OKTOBER : Was das Genre angeht, so möchte ich mich nicht über die genaue Bedeutung dieses Wortes streiten. Allerdings bedeutet “Indie” in erster Linie Unabhängigkeit. Es kann sich darauf beziehen, unabhängig zu sein, d. h. kein Etikett zu haben und seine eigenen Entscheidungen zu treffen. Es kann auch darum gehen, aus der Norm auszubrechen und den eigenen kreativen Prozess von den Erwartungen der anderen zu trennen, was man tun sollte. Die Selbstständigkeit bringt sowohl große Freiheit als auch Verantwortung mit sich.

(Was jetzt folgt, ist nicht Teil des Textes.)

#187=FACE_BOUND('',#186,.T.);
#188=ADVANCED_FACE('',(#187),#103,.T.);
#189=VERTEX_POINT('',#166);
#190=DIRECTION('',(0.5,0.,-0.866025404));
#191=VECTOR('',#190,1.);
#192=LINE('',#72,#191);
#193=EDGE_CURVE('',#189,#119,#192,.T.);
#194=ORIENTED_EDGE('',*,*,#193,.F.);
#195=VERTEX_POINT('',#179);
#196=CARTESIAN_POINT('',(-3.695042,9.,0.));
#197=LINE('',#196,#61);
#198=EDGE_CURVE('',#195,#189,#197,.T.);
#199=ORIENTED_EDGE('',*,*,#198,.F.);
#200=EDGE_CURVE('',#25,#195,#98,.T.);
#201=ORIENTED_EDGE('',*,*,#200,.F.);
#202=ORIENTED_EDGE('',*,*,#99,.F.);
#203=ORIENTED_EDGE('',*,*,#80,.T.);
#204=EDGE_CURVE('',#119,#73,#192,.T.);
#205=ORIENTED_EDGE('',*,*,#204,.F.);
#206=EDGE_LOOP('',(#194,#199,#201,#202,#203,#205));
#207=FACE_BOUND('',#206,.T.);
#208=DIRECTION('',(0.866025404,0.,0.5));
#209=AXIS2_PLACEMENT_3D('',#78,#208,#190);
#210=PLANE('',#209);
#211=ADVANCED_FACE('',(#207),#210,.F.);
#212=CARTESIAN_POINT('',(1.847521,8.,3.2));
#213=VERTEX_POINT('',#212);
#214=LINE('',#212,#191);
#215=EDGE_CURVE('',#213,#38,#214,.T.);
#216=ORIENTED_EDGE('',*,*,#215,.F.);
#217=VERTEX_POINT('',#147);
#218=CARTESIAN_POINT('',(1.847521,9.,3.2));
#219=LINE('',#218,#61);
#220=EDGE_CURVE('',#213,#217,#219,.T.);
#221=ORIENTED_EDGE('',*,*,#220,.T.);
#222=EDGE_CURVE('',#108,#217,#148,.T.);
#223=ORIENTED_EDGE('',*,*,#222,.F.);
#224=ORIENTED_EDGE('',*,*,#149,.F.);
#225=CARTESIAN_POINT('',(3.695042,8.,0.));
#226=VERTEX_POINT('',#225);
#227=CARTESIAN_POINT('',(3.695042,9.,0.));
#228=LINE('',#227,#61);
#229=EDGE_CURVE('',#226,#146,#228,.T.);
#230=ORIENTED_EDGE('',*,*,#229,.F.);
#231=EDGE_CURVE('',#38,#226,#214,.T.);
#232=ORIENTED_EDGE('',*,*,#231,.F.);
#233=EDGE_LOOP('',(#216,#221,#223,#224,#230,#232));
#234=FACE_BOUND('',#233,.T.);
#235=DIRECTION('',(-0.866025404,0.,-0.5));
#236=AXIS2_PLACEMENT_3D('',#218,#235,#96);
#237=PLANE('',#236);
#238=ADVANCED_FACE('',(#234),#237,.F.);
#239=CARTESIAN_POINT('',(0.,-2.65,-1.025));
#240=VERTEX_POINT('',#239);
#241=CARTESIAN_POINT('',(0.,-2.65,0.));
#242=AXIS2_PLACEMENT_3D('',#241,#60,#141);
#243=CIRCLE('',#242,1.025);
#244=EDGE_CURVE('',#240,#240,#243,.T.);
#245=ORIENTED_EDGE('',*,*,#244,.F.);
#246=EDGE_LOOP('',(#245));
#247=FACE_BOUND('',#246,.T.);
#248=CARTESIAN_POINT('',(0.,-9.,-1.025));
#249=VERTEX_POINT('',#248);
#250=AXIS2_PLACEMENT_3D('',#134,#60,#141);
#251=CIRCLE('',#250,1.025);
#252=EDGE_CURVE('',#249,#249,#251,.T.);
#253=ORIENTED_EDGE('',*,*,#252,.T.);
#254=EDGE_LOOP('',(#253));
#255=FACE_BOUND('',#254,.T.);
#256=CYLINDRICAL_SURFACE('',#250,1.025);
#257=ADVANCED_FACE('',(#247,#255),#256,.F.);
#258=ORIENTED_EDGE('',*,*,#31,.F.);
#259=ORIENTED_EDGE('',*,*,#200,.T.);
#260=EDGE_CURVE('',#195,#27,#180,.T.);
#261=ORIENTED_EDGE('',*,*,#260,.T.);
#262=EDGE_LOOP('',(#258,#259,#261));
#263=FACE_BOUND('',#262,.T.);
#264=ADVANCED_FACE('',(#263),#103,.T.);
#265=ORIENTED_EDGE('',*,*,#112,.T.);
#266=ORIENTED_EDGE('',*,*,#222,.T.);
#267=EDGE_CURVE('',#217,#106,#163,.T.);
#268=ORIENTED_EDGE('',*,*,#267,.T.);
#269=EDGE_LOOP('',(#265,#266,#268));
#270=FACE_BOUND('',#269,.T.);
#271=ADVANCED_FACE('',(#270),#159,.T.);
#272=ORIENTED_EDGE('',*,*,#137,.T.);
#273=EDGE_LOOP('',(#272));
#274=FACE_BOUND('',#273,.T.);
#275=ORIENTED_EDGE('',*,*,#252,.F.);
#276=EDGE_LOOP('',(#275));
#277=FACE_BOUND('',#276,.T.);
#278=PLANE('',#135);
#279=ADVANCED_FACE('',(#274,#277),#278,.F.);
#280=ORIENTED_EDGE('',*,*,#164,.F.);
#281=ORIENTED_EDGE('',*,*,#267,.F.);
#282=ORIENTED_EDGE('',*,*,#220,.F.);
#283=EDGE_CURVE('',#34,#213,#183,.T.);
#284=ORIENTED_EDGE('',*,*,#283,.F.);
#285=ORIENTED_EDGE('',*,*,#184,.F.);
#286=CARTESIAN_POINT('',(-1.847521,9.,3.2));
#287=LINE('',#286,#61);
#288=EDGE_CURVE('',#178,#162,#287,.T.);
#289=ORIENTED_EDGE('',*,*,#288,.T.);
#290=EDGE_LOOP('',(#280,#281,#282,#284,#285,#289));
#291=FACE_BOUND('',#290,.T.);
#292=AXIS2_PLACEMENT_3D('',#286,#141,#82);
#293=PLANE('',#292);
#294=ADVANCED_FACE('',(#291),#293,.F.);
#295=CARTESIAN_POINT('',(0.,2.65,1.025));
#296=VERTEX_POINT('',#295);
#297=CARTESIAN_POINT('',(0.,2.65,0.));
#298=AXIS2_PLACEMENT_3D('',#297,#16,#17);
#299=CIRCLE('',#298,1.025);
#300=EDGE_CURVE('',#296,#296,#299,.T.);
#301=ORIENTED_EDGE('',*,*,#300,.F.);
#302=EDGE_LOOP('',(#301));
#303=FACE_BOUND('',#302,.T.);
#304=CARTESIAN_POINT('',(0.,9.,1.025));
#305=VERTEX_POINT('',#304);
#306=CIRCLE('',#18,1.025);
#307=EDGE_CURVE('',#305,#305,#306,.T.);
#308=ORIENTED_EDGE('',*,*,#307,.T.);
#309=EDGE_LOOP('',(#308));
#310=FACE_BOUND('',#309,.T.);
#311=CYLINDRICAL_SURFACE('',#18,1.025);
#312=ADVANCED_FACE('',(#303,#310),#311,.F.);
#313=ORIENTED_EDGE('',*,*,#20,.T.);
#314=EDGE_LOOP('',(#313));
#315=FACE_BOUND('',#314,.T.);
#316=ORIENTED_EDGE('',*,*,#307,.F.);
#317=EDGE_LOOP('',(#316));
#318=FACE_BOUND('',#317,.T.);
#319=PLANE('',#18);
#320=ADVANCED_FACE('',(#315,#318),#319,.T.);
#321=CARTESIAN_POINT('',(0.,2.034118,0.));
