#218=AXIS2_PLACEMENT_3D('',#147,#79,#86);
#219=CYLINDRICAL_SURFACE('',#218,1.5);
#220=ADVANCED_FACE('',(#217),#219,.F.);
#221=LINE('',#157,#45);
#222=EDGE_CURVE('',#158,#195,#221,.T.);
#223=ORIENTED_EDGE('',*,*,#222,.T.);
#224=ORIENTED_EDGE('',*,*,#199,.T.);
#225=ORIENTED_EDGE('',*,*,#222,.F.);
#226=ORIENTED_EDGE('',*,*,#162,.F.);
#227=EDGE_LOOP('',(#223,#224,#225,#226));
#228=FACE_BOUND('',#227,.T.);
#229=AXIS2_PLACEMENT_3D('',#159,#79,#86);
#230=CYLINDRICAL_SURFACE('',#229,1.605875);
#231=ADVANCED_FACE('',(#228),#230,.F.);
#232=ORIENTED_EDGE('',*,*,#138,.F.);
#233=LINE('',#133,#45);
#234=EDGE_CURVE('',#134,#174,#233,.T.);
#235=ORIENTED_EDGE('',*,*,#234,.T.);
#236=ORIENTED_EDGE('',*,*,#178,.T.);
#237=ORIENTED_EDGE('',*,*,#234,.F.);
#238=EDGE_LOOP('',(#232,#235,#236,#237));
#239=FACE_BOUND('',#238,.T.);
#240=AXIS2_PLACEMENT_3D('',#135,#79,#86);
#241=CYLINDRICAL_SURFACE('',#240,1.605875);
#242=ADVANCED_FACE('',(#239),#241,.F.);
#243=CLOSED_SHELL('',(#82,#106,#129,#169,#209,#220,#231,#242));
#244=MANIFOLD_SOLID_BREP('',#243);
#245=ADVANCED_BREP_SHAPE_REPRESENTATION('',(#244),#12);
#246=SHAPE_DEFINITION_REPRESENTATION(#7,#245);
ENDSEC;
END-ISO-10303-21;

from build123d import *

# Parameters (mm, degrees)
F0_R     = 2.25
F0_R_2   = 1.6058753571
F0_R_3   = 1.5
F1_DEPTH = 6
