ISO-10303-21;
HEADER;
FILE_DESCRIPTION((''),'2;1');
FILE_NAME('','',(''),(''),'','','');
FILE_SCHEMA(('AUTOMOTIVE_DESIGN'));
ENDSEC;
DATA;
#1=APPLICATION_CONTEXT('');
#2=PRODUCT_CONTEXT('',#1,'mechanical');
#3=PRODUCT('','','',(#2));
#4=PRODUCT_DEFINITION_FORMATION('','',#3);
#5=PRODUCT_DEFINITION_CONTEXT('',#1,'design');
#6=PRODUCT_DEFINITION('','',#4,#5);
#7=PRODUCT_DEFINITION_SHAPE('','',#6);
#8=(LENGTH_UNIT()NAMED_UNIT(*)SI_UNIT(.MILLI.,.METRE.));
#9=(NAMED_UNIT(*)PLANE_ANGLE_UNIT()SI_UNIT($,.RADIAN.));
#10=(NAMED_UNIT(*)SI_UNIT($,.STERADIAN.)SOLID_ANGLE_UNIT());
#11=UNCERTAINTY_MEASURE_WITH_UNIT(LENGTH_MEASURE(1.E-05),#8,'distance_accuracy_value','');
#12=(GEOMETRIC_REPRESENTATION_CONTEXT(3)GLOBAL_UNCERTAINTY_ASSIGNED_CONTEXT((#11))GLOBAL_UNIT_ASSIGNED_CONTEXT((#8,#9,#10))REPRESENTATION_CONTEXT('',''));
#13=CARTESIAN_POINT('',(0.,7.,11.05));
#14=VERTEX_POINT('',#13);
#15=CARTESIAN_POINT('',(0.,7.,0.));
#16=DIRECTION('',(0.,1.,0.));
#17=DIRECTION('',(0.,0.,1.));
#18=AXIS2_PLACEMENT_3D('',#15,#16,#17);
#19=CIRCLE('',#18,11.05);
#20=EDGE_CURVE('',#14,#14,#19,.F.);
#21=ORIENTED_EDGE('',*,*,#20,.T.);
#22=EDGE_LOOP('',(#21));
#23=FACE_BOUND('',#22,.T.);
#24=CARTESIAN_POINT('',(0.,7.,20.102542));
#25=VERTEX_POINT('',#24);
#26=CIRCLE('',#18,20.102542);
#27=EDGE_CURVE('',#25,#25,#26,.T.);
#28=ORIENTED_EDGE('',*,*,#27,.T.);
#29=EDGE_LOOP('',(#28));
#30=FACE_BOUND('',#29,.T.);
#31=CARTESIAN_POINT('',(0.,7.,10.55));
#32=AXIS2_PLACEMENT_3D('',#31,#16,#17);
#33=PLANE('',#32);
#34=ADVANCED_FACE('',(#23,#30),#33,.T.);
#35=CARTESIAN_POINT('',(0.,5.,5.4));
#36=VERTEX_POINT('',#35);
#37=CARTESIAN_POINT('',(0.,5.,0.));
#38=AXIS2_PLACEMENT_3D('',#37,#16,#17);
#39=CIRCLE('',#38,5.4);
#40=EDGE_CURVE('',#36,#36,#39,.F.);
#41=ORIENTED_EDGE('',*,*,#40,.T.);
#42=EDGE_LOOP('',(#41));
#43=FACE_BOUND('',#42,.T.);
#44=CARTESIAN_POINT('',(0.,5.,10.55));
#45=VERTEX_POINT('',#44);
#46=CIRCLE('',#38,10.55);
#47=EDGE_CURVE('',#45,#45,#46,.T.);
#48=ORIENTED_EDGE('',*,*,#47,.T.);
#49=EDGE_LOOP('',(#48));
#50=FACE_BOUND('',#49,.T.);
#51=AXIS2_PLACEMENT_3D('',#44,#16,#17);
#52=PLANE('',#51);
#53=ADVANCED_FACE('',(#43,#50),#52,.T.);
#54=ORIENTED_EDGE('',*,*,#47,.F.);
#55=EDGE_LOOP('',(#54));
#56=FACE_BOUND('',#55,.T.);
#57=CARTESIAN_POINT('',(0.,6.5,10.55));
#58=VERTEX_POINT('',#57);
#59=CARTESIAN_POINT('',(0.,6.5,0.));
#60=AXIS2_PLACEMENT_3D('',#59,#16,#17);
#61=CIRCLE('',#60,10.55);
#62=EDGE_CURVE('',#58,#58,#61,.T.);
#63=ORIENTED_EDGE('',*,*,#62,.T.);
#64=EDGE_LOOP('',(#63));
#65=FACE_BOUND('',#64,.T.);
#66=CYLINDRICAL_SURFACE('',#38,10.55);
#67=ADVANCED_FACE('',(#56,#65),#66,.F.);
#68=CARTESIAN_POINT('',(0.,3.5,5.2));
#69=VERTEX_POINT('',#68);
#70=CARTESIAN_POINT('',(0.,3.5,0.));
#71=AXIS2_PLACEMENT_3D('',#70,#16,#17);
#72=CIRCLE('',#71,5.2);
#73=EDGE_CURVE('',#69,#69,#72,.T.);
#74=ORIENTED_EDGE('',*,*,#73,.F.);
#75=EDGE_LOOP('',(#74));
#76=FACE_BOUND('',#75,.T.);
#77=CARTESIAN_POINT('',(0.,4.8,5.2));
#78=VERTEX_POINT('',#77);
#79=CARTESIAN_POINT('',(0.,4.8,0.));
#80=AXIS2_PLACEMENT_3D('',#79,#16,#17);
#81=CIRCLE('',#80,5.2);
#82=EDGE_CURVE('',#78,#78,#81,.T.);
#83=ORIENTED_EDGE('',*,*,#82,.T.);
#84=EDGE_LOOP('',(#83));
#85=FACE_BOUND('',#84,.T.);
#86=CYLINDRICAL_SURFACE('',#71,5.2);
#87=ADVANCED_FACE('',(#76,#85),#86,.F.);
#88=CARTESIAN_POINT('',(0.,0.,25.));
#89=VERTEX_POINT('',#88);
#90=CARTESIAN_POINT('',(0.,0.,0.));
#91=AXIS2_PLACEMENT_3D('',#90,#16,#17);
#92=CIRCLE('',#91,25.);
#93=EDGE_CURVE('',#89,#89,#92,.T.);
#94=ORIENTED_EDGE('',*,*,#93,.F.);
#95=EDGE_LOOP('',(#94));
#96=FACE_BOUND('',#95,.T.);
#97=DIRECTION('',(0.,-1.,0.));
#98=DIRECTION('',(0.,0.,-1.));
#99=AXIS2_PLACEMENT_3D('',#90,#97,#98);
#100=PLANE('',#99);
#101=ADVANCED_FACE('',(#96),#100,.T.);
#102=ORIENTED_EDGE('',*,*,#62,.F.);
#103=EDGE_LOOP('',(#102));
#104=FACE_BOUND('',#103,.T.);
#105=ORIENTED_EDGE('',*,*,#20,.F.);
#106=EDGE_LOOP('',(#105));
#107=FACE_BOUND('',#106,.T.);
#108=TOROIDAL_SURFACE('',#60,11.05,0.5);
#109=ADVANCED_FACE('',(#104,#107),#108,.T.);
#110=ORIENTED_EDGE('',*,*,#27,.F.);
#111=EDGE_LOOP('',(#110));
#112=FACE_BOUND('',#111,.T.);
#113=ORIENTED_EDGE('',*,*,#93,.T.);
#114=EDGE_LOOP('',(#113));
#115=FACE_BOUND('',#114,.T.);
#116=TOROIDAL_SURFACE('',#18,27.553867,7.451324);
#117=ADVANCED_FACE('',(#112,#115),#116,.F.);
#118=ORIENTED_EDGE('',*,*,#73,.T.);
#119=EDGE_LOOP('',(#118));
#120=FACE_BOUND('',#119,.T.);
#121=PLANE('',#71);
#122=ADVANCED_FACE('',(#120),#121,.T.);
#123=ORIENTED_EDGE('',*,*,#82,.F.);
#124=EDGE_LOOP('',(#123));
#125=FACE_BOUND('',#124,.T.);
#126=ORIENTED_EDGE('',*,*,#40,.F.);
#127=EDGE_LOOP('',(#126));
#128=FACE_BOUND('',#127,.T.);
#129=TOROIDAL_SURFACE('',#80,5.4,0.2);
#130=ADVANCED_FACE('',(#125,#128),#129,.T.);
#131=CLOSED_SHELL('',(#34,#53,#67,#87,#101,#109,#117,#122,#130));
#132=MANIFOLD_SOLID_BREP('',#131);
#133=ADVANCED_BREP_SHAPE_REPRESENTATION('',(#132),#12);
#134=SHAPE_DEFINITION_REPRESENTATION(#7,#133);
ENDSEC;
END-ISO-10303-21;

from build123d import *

# Parameters (mm, degrees)
FILLET1_R          = 0.5
SKETCH2_R          = 5.2
CUT_EXTRUDE1_DEPTH = 1.5
FILLET2_R          = 0.2


with BuildPart() as part:
    # Sketch1 → Revolve1 (revolve)
    with BuildSketch(Plane(origin=(0, 0, 0), x_dir=(0, 0, -1), z_dir=(1, 0, 0))):
        with BuildLine():
            Line((0, 0), (-25, 0))
            ThreePointArc((-25, 0), (-21.448462457, 2.728434409), (-20.102542457, 7))
            Line((-20.102542457, 7), (-10.55, 7))
            Line((-10.55, 7), (-10.55, 5))
            Line((-10.55, 5), (0, 5))
            Line((0, 5), (0, 0))
        make_face()
    revolve(axis=Axis((0, 5, 0), (0, -1, 0)))

    # Fillet1
    fillet1_edges = [part.edges().sort_by_distance(p)[0] for p in [
        (0, 7, -10.55),
    ]]
    fillet(fillet1_edges, radius=FILLET1_R)

    # Sketch2 → Cut-Extrude1 (cut)
    with BuildSketch(Plane(origin=(0, 5, 0), x_dir=(1, 0, 0), z_dir=(0, 1, 0))):
        with Locations(Location((0, 0, 0), (0, 0, 270))):
            Circle(SKETCH2_R)
    extrude(amount=-CUT_EXTRUDE1_DEPTH, mode=Mode.SUBTRACT)

    # Fillet2
    fillet2_edges = [part.edges().sort_by_distance(p)[0] for p in [
        (0, 5, -5.2),
    ]]
    fillet(fillet2_edges, radius=FILLET2_R)


solid = part.part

indieRepublik: Was gefällt Ihnen am meisten an indieRepublik?
OKTOBER: Ich finde es toll, dass ihr euch auf die Förderung und Unterstützung unabhängiger Musik und Kunst konzentriert. Wir brauchen mehr zugängliche Plattformen für Künstler, um ihre Arbeit zu präsentieren, mit Fans in Kontakt zu treten und Aufmerksamkeit zu erlangen. Und indem Sie Künstlern, die außerhalb der Mainstream-Kanäle und -Genres agieren, einen Raum bieten, leisten Sie eine sehr wichtige Arbeit, die dazu beiträgt, einen sicheren Raum zu definieren, der von und für echte Menschen gemacht wird und nicht von der Musikindustrie” – was auch immer das sein mag.